Based on my travel experiences and understanding in multiple countries with poor monetary sovereignty, Nigeria likely represents a typical case. Wherever there's high inflation and exchange rate volatility, stablecoins, blockchain wallets, and U cards will be the first to make an impact, and administrative measures cannot prevent this.
Compared to previous underground black markets, stablecoins and blockchain characteristics dramatically increase regulatory difficulty. Stablecoins will become a "financial Starlink system" — funds can be settled freely without the domestic central bank. This is no longer just a financial reform, but a tug-of-war between national sovereignty and open markets.
Many small countries' "coinage rights" will be further stripped away. I feel that one of the most exciting dreams during the DeFi Summer — global financial flattening — is gradually becoming reality. Imagine a scenario: Users from Nigeria, Namibia, Philippines, even India and China, after converting their local currencies to stablecoins and storing them in wallets, simultaneously choose a DeFi protocol (like USDe) to enjoy not just non-depreciation, but annual yields close to 10%.

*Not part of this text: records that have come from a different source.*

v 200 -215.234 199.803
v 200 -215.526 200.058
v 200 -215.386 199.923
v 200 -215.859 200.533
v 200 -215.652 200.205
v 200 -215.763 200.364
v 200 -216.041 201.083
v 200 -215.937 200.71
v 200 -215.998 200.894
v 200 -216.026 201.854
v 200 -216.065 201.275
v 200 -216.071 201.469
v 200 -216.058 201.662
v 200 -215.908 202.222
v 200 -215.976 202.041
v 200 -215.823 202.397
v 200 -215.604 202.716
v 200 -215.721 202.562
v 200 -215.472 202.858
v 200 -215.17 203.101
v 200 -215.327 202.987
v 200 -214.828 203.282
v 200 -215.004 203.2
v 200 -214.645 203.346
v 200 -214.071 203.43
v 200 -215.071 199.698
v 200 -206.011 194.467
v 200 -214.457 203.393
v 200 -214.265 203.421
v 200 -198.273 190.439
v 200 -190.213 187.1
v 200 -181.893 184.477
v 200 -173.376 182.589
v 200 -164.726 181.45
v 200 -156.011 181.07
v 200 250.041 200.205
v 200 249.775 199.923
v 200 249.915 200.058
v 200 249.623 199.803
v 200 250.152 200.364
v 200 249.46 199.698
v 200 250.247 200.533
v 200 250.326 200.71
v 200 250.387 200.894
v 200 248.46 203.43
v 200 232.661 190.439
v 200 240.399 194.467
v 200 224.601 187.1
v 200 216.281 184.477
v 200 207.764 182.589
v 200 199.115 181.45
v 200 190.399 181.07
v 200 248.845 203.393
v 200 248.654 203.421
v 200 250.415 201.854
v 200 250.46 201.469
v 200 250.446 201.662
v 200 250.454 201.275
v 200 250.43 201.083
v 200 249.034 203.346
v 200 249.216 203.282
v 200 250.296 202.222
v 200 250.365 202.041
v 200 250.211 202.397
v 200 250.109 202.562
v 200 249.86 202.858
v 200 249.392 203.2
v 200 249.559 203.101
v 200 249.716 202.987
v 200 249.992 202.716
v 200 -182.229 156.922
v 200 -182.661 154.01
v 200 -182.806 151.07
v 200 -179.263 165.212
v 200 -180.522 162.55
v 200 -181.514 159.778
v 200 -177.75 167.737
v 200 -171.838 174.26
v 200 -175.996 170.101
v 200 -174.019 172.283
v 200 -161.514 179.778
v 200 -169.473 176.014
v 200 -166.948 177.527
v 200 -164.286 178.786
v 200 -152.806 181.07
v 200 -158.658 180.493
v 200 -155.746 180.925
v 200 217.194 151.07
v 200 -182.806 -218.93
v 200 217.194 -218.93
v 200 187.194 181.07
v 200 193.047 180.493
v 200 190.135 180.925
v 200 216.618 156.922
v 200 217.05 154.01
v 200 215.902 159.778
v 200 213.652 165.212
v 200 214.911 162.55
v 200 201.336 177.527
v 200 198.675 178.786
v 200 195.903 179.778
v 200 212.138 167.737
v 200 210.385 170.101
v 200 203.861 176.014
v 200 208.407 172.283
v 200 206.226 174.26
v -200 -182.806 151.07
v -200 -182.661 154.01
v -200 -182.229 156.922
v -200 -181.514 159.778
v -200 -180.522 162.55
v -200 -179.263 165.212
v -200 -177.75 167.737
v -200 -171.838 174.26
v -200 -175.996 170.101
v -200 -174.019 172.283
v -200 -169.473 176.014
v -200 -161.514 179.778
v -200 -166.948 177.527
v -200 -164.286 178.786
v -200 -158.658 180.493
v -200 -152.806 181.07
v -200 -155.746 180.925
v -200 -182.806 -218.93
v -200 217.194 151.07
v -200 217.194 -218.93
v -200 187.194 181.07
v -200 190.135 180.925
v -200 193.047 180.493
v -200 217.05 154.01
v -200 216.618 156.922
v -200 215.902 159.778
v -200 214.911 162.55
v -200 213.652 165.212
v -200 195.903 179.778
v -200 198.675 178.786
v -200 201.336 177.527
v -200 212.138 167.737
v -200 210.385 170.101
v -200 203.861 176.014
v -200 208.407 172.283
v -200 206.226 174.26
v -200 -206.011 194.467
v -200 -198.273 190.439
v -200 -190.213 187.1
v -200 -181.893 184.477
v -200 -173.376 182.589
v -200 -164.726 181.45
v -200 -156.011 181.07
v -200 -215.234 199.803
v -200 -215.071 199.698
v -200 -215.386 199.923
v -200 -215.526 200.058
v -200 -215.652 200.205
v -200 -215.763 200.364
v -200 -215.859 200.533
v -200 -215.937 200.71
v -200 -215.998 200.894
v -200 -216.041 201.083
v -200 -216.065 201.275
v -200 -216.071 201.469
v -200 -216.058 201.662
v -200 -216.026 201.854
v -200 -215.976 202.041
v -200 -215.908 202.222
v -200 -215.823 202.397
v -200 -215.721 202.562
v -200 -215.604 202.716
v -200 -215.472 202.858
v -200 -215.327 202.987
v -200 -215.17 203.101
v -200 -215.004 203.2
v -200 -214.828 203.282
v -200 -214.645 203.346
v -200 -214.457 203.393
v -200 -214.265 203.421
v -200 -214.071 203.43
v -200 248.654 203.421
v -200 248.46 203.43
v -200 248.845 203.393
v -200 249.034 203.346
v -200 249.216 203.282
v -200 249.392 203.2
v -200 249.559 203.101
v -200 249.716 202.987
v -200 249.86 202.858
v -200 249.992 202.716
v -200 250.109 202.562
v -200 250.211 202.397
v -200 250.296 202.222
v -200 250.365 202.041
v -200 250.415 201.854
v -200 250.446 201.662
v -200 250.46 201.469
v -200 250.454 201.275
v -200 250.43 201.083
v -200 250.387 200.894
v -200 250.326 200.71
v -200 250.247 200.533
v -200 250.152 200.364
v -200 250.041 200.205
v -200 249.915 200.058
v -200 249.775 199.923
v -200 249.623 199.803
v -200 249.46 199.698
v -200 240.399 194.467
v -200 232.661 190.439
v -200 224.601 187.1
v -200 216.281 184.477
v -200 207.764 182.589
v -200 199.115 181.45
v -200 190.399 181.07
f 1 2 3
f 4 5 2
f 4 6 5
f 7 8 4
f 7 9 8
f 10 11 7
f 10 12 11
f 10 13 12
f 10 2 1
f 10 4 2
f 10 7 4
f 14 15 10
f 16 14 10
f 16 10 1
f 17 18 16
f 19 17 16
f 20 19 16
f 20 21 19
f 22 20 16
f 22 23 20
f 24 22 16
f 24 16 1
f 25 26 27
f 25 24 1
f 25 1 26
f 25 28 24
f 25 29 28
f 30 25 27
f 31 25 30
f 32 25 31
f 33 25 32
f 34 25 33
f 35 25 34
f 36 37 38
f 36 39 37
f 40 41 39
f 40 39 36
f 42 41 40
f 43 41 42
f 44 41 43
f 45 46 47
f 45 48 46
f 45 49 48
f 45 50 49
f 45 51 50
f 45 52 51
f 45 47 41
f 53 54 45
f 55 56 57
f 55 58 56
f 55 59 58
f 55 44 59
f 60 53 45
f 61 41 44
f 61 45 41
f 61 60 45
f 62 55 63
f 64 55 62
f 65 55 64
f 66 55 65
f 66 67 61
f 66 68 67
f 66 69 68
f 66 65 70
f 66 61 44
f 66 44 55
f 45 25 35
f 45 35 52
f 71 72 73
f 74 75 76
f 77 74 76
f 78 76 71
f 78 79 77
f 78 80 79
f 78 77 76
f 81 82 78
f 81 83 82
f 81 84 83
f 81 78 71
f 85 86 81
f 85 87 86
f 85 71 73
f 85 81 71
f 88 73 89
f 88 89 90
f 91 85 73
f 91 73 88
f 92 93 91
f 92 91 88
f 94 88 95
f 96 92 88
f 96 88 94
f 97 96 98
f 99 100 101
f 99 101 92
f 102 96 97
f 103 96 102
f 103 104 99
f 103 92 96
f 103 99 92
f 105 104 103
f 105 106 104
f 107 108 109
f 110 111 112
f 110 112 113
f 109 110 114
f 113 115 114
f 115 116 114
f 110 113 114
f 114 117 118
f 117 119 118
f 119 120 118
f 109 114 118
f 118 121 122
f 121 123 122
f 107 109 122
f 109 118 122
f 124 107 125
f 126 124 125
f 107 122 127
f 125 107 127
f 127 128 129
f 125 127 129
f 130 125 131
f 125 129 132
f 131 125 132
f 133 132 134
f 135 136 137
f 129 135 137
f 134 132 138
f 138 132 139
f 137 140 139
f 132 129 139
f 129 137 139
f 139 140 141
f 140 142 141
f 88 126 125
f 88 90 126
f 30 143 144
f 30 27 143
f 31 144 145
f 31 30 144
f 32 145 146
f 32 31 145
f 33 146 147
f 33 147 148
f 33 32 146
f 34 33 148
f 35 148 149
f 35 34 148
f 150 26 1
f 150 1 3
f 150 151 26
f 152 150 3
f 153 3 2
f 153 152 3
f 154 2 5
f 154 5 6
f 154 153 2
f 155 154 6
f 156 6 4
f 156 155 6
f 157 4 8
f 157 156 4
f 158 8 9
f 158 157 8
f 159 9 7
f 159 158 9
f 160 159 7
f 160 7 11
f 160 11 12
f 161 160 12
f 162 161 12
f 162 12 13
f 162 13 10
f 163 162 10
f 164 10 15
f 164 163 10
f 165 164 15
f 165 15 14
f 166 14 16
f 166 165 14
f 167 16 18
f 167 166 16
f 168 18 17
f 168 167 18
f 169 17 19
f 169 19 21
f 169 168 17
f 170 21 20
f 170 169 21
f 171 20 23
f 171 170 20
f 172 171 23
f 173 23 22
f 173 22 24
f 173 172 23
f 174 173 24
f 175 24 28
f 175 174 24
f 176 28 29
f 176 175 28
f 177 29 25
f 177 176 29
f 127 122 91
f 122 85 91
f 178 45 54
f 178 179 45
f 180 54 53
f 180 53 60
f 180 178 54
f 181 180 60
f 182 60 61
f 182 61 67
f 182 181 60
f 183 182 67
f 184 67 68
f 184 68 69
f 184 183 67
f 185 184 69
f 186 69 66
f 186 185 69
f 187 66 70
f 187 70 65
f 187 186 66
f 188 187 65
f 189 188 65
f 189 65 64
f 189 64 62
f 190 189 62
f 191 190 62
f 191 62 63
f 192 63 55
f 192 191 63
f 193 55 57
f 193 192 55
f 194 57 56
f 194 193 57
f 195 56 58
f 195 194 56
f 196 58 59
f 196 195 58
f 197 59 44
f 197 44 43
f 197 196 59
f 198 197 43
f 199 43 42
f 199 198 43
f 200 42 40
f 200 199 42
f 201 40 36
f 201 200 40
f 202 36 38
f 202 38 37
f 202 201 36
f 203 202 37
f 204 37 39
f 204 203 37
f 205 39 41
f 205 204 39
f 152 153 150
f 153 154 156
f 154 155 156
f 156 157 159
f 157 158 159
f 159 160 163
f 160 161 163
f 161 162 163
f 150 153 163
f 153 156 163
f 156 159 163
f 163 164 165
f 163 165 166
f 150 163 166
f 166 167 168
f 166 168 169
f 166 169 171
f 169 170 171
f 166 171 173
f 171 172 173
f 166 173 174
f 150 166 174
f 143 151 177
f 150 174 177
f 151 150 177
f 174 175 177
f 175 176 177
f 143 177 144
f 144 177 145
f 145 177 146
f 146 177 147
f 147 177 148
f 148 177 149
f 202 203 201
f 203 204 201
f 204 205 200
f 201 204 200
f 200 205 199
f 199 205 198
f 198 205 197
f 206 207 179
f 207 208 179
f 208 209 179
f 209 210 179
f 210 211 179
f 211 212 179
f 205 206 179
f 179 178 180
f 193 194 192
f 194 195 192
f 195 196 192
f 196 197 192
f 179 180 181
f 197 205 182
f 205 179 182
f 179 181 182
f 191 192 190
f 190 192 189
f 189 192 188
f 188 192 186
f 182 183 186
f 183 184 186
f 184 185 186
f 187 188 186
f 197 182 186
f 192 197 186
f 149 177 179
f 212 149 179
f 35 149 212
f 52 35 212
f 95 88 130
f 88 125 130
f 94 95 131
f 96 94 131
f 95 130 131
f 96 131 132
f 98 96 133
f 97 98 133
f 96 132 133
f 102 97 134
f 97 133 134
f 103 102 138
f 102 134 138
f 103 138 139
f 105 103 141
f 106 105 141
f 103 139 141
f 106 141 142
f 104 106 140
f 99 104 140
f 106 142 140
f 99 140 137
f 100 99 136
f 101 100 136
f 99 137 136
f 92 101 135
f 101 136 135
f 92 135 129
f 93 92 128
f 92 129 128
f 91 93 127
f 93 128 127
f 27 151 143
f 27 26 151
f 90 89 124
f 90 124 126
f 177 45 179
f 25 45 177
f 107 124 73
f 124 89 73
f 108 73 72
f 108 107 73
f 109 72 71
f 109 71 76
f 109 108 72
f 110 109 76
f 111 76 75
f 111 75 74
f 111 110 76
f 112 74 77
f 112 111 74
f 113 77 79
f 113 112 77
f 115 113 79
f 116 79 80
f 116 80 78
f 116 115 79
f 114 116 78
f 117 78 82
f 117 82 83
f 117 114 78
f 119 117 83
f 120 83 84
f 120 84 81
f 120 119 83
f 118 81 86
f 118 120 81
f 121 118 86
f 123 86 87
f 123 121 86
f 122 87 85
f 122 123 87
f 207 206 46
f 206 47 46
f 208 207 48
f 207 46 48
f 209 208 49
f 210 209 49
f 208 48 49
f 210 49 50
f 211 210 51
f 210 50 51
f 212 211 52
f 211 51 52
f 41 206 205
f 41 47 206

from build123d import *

# Parameters (mm, degrees)
F0_W     = 400
F0_H     = 400
F1_DEPTH = 200
F2_DEPTH = 200
F3_R     = 30
F4_R     = 100
F5_R     = 2


with BuildPart() as f1:
    # F0 (on Right) → F1 (new body, symmetric)
    with BuildSketch(Plane.YZ):
        with Locations((17.194282782, -18.9303885745)):
            Rectangle(F0_W, F0_H)
    extrude(amount=F1_DEPTH, both=True)

    # F3
    f3_edges = [f1.edges().sort_by_distance(p)[0] for p in [
        (0, -182.805717, 181.069611),
        (0, 217.194283, 181.069611),
    ]]
    fillet(f3_edges, radius=F3_R)


with BuildPart() as f2:
    # F0 (on Right) → F2 (new body, symmetric)
    with BuildSketch(Plane.YZ):
        Polygon((-221.5355506801, 203.4302912005), (-182.805717218, 181.0696114255), (217.194282782, 181.0696114255), (255.9241162441, 203.4302912005), align=None)
    extrude(amount=F2_DEPTH, both=True)

    # F4
    f4_edges = [f2.edges().sort_by_distance(p)[0] for p in [
        (0, 217.194283, 181.069611),
        (0, -182.805717, 181.069611),
    ]]
    fillet(f4_edges, radius=F4_R)

    # F5
    f5_edges = [f2.edges().sort_by_distance(p)[0] for p in [
        (0, 255.924116, 203.430291),
        (0, -221.535551, 203.430291),
    ]]
    fillet(f5_edges, radius=F5_R)


solid = Compound([f1.part, f2.part])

What a feeling? A unified financial world! For asset managers, stablecoin developers, RWA builders, wallet creators — what a massive new user base! It's like how we could only make local calls because long-distance was too expensive, and international calls were unimaginable. Then the internet arrived, suddenly enabling global communication, even video calls almost for free, flattening communication, drastically reducing global communication costs, turning the earth into an accessible global village.
This is a major transformation, a financial revolution that might change the behavioral patterns of a large global population, and we are on the eve of this revolution.
Even greater changes will come from traditionally monetarily stable countries, including the US itself and even China. After the stablecoin bill passes and USD stablecoins become legal, mainstream finance will massively enter. Banks and payment giants (Visa, PayPal) will directly issue stablecoins (like PYUSD, USDC bank version), while current early players like Circle, Paxos, Fidelity, and BlackRock will accelerate on-chain USD business expansion.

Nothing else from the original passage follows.